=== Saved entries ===
*** Block opens ***

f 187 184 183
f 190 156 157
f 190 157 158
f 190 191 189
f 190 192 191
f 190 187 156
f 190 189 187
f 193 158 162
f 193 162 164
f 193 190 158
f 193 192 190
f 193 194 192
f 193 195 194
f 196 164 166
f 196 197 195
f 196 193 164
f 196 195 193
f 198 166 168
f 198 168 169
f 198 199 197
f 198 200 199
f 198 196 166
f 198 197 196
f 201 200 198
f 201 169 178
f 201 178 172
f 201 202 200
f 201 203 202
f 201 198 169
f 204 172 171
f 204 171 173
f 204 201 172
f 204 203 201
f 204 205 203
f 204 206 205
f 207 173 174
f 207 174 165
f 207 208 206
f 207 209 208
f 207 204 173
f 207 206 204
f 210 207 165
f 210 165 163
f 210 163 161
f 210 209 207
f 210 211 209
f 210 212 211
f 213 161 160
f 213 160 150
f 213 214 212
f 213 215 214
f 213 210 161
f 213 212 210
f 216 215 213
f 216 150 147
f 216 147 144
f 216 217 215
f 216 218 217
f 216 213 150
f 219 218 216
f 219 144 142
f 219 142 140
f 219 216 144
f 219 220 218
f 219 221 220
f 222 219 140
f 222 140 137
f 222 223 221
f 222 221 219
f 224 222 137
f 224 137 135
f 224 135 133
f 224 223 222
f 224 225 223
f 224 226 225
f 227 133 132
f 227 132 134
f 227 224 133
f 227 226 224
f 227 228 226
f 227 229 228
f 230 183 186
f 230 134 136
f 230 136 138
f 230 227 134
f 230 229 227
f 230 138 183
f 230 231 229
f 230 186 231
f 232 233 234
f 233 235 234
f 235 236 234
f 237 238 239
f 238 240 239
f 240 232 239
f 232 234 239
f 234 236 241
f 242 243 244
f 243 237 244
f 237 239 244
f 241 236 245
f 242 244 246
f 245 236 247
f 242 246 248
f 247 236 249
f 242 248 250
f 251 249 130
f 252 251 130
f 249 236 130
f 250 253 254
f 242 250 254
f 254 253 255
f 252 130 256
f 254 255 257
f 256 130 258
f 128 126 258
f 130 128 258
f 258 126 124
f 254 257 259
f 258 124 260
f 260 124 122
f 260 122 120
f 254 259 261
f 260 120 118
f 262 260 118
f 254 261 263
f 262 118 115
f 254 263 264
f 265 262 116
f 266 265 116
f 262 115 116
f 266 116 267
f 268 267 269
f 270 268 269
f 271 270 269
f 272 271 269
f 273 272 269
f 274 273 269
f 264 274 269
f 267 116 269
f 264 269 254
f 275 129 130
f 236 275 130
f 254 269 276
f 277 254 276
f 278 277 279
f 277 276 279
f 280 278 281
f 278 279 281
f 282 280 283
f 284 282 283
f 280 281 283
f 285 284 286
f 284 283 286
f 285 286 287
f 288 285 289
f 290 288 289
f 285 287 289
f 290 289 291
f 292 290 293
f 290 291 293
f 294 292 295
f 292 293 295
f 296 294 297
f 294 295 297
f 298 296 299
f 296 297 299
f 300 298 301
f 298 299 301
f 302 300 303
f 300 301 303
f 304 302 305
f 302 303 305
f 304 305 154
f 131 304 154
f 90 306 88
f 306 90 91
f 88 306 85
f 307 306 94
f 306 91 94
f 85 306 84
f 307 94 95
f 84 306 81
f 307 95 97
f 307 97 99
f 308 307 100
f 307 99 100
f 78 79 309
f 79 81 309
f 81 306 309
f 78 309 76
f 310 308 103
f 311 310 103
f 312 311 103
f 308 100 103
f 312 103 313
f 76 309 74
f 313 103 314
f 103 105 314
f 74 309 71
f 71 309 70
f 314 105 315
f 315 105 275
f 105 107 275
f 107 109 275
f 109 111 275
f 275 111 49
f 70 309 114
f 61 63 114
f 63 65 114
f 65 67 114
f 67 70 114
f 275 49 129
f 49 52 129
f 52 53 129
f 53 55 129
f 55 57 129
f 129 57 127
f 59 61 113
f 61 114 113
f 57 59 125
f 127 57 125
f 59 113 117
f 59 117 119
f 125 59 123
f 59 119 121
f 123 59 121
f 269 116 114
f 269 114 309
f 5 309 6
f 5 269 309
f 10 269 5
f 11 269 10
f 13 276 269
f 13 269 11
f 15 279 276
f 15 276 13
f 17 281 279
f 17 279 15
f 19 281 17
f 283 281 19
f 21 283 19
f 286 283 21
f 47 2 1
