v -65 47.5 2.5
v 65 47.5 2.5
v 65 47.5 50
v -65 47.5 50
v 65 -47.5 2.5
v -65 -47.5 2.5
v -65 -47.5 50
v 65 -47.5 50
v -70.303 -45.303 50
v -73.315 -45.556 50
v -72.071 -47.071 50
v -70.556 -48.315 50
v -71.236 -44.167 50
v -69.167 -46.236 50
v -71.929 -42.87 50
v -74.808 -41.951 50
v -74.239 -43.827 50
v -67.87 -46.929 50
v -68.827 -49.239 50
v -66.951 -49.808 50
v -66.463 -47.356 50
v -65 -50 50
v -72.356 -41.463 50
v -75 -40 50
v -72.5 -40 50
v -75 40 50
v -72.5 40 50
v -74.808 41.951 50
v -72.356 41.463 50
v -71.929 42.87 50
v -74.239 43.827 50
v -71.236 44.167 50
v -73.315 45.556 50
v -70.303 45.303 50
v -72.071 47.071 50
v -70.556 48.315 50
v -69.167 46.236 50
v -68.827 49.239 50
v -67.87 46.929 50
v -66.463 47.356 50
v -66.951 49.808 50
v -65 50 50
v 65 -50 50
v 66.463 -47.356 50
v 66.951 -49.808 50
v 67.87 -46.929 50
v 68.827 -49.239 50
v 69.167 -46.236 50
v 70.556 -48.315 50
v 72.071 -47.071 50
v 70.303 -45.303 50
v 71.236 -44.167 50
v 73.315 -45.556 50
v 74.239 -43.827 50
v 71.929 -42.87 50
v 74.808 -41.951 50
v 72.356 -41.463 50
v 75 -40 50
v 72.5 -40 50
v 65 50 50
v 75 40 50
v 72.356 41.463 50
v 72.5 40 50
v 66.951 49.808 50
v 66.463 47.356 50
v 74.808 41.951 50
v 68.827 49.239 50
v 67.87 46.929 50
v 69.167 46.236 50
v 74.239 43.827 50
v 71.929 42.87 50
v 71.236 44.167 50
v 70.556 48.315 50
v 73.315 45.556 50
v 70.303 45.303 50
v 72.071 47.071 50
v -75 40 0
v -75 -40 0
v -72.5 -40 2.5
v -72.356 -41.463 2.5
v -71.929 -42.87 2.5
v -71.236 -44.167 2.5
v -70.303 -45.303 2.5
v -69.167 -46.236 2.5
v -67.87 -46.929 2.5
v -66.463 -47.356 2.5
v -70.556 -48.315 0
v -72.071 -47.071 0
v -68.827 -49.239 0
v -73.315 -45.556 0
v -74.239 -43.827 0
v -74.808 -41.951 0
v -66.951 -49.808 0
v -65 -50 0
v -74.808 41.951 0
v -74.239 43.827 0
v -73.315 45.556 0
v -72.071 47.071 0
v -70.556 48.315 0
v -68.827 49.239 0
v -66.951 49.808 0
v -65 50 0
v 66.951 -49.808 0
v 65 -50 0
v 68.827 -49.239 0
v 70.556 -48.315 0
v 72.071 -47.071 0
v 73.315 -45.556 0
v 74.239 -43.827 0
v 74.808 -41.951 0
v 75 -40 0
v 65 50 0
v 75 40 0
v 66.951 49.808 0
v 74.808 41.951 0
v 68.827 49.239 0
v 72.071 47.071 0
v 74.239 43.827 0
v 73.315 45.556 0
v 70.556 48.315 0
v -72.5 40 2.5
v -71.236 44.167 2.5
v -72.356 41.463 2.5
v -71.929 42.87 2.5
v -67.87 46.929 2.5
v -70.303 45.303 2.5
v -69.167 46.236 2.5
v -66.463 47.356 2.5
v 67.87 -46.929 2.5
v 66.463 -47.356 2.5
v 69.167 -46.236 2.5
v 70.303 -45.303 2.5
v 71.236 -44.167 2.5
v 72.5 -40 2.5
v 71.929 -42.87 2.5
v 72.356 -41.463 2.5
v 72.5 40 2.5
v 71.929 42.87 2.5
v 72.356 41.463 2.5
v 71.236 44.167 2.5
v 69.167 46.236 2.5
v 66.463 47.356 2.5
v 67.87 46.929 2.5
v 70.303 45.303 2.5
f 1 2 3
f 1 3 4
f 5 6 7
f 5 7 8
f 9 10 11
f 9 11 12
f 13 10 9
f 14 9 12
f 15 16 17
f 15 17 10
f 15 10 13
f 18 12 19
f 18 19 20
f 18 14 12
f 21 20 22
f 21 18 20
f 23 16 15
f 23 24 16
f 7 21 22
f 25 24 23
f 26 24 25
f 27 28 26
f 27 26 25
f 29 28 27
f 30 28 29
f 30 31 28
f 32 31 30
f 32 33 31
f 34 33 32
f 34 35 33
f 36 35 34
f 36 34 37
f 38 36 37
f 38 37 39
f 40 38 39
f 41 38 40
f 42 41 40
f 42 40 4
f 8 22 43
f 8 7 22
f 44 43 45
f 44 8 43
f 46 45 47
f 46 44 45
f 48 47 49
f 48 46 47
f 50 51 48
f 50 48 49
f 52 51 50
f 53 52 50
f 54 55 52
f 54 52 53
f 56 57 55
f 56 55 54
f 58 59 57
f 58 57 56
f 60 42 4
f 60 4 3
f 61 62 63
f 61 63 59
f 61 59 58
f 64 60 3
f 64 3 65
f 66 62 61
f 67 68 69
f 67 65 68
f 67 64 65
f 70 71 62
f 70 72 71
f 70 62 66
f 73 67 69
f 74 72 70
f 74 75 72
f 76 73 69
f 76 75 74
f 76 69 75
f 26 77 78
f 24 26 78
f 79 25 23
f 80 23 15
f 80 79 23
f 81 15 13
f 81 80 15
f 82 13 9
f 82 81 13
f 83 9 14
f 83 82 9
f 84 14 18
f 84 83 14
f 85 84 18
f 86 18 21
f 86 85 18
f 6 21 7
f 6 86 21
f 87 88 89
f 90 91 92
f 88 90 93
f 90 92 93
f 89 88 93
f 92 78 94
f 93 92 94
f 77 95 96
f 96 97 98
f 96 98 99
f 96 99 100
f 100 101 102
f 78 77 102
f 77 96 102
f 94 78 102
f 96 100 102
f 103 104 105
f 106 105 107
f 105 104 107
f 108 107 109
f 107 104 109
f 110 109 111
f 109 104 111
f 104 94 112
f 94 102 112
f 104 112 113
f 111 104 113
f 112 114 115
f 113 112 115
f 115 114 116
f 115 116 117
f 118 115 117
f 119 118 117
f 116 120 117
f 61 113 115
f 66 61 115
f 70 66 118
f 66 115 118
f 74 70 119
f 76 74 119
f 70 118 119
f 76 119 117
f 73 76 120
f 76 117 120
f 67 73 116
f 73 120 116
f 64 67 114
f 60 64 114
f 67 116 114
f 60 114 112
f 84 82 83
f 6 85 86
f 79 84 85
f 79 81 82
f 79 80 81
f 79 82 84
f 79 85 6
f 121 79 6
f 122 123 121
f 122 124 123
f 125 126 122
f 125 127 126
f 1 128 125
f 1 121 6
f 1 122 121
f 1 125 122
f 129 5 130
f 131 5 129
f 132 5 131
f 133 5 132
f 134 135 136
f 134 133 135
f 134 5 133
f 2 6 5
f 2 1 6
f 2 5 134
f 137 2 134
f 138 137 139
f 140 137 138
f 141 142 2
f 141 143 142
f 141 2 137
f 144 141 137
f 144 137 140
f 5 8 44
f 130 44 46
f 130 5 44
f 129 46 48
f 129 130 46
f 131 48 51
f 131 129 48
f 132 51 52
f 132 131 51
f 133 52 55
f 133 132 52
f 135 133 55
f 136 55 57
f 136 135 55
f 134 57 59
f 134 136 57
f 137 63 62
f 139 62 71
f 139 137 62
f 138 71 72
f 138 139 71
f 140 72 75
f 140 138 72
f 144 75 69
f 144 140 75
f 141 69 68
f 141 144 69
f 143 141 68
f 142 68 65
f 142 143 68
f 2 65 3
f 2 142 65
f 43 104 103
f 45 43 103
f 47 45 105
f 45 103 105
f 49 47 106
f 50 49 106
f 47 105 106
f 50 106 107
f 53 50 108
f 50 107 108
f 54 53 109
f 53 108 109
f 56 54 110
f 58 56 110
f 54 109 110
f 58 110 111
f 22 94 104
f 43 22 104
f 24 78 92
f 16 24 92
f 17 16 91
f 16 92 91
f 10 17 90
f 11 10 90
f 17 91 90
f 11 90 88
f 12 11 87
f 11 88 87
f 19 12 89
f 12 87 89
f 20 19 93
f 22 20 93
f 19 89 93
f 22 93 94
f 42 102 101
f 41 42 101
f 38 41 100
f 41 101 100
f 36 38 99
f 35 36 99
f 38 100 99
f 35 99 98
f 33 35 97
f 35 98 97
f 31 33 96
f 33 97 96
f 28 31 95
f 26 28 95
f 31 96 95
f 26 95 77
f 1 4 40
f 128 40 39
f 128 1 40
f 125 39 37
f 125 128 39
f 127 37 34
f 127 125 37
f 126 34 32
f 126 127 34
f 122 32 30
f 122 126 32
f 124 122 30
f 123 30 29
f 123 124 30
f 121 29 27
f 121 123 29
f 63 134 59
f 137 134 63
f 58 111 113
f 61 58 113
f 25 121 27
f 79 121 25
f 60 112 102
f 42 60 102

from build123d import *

# Parameters (mm, degrees)
F1_DEPTH = 50
F2_T     = -2.5


with BuildPart() as f1:
    # F0 (on Top) → F1 (new body)
    with BuildSketch(Plane.XY):
        with BuildLine():
            Line((-65, -50), (65, -50))
            ThreePointArc((65, -50), (72.071068, -47.071068), (75, -40))
            Line((75, -40), (75, 40))
            ThreePointArc((75, 40), (72.071068, 47.071068), (65, 50))
            Line((65, 50), (-65, 50))
            ThreePointArc((-65, 50), (-72.071068, 47.071068), (-75, 40))
            Line((-75, 40), (-75, -40))
            ThreePointArc((-75, -40), (-72.071068, -47.071068), (-65, -50))
        make_face()
    extrude(amount=F1_DEPTH)

    # F2
    f2_openings = [f1.faces().sort_by_distance(p)[0] for p in [
        (0, 0, 50),
    ]]
    offset(amount=F2_T, openings=f2_openings)


solid = f1.part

*** Block closes ***

=== WORK TO COMPLETE ===
Give back, exactly as written, the stretch from the line with "f 134 136 57" through the line with "f 42 60 102", and no other lines from the records above.

=== ANSWER TO THE PROBLEM ===
f 134 136 57
f 137 63 62
f 139 62 71
f 139 137 62
f 138 71 72
f 138 139 71
f 140 72 75
f 140 138 72
f 144 75 69
f 144 140 75
f 141 69 68
f 141 144 69
f 143 141 68
f 142 68 65
f 142 143 68
f 2 65 3
f 2 142 65
f 43 104 103
f 45 43 103
f 47 45 105
f 45 103 105
f 49 47 106
f 50 49 106
f 47 105 106
f 50 106 107
f 53 50 108
f 50 107 108
f 54 53 109
f 53 108 109
f 56 54 110
f 58 56 110
f 54 109 110
f 58 110 111
f 22 94 104
f 43 22 104
f 24 78 92
f 16 24 92
f 17 16 91
f 16 92 91
f 10 17 90
f 11 10 90
f 17 91 90
f 11 90 88
f 12 11 87
f 11 88 87
f 19 12 89
f 12 87 89
f 20 19 93
f 22 20 93
f 19 89 93
f 22 93 94
f 42 102 101
f 41 42 101
f 38 41 100
f 41 101 100
f 36 38 99
f 35 36 99
f 38 100 99
f 35 99 98
f 33 35 97
f 35 98 97
f 31 33 96
f 33 97 96
f 28 31 95
f 26 28 95
f 31 96 95
f 26 95 77
f 1 4 40
f 128 40 39
f 128 1 40
f 125 39 37
f 125 128 39
f 127 37 34
f 127 125 37
f 126 34 32
f 126 127 34
f 122 32 30
f 122 126 32
f 124 122 30
f 123 30 29
f 123 124 30
f 121 29 27
f 121 123 29
f 63 134 59
f 137 134 63
f 58 111 113
f 61 58 113
f 25 121 27
f 79 121 25
f 60 112 102
f 42 60 102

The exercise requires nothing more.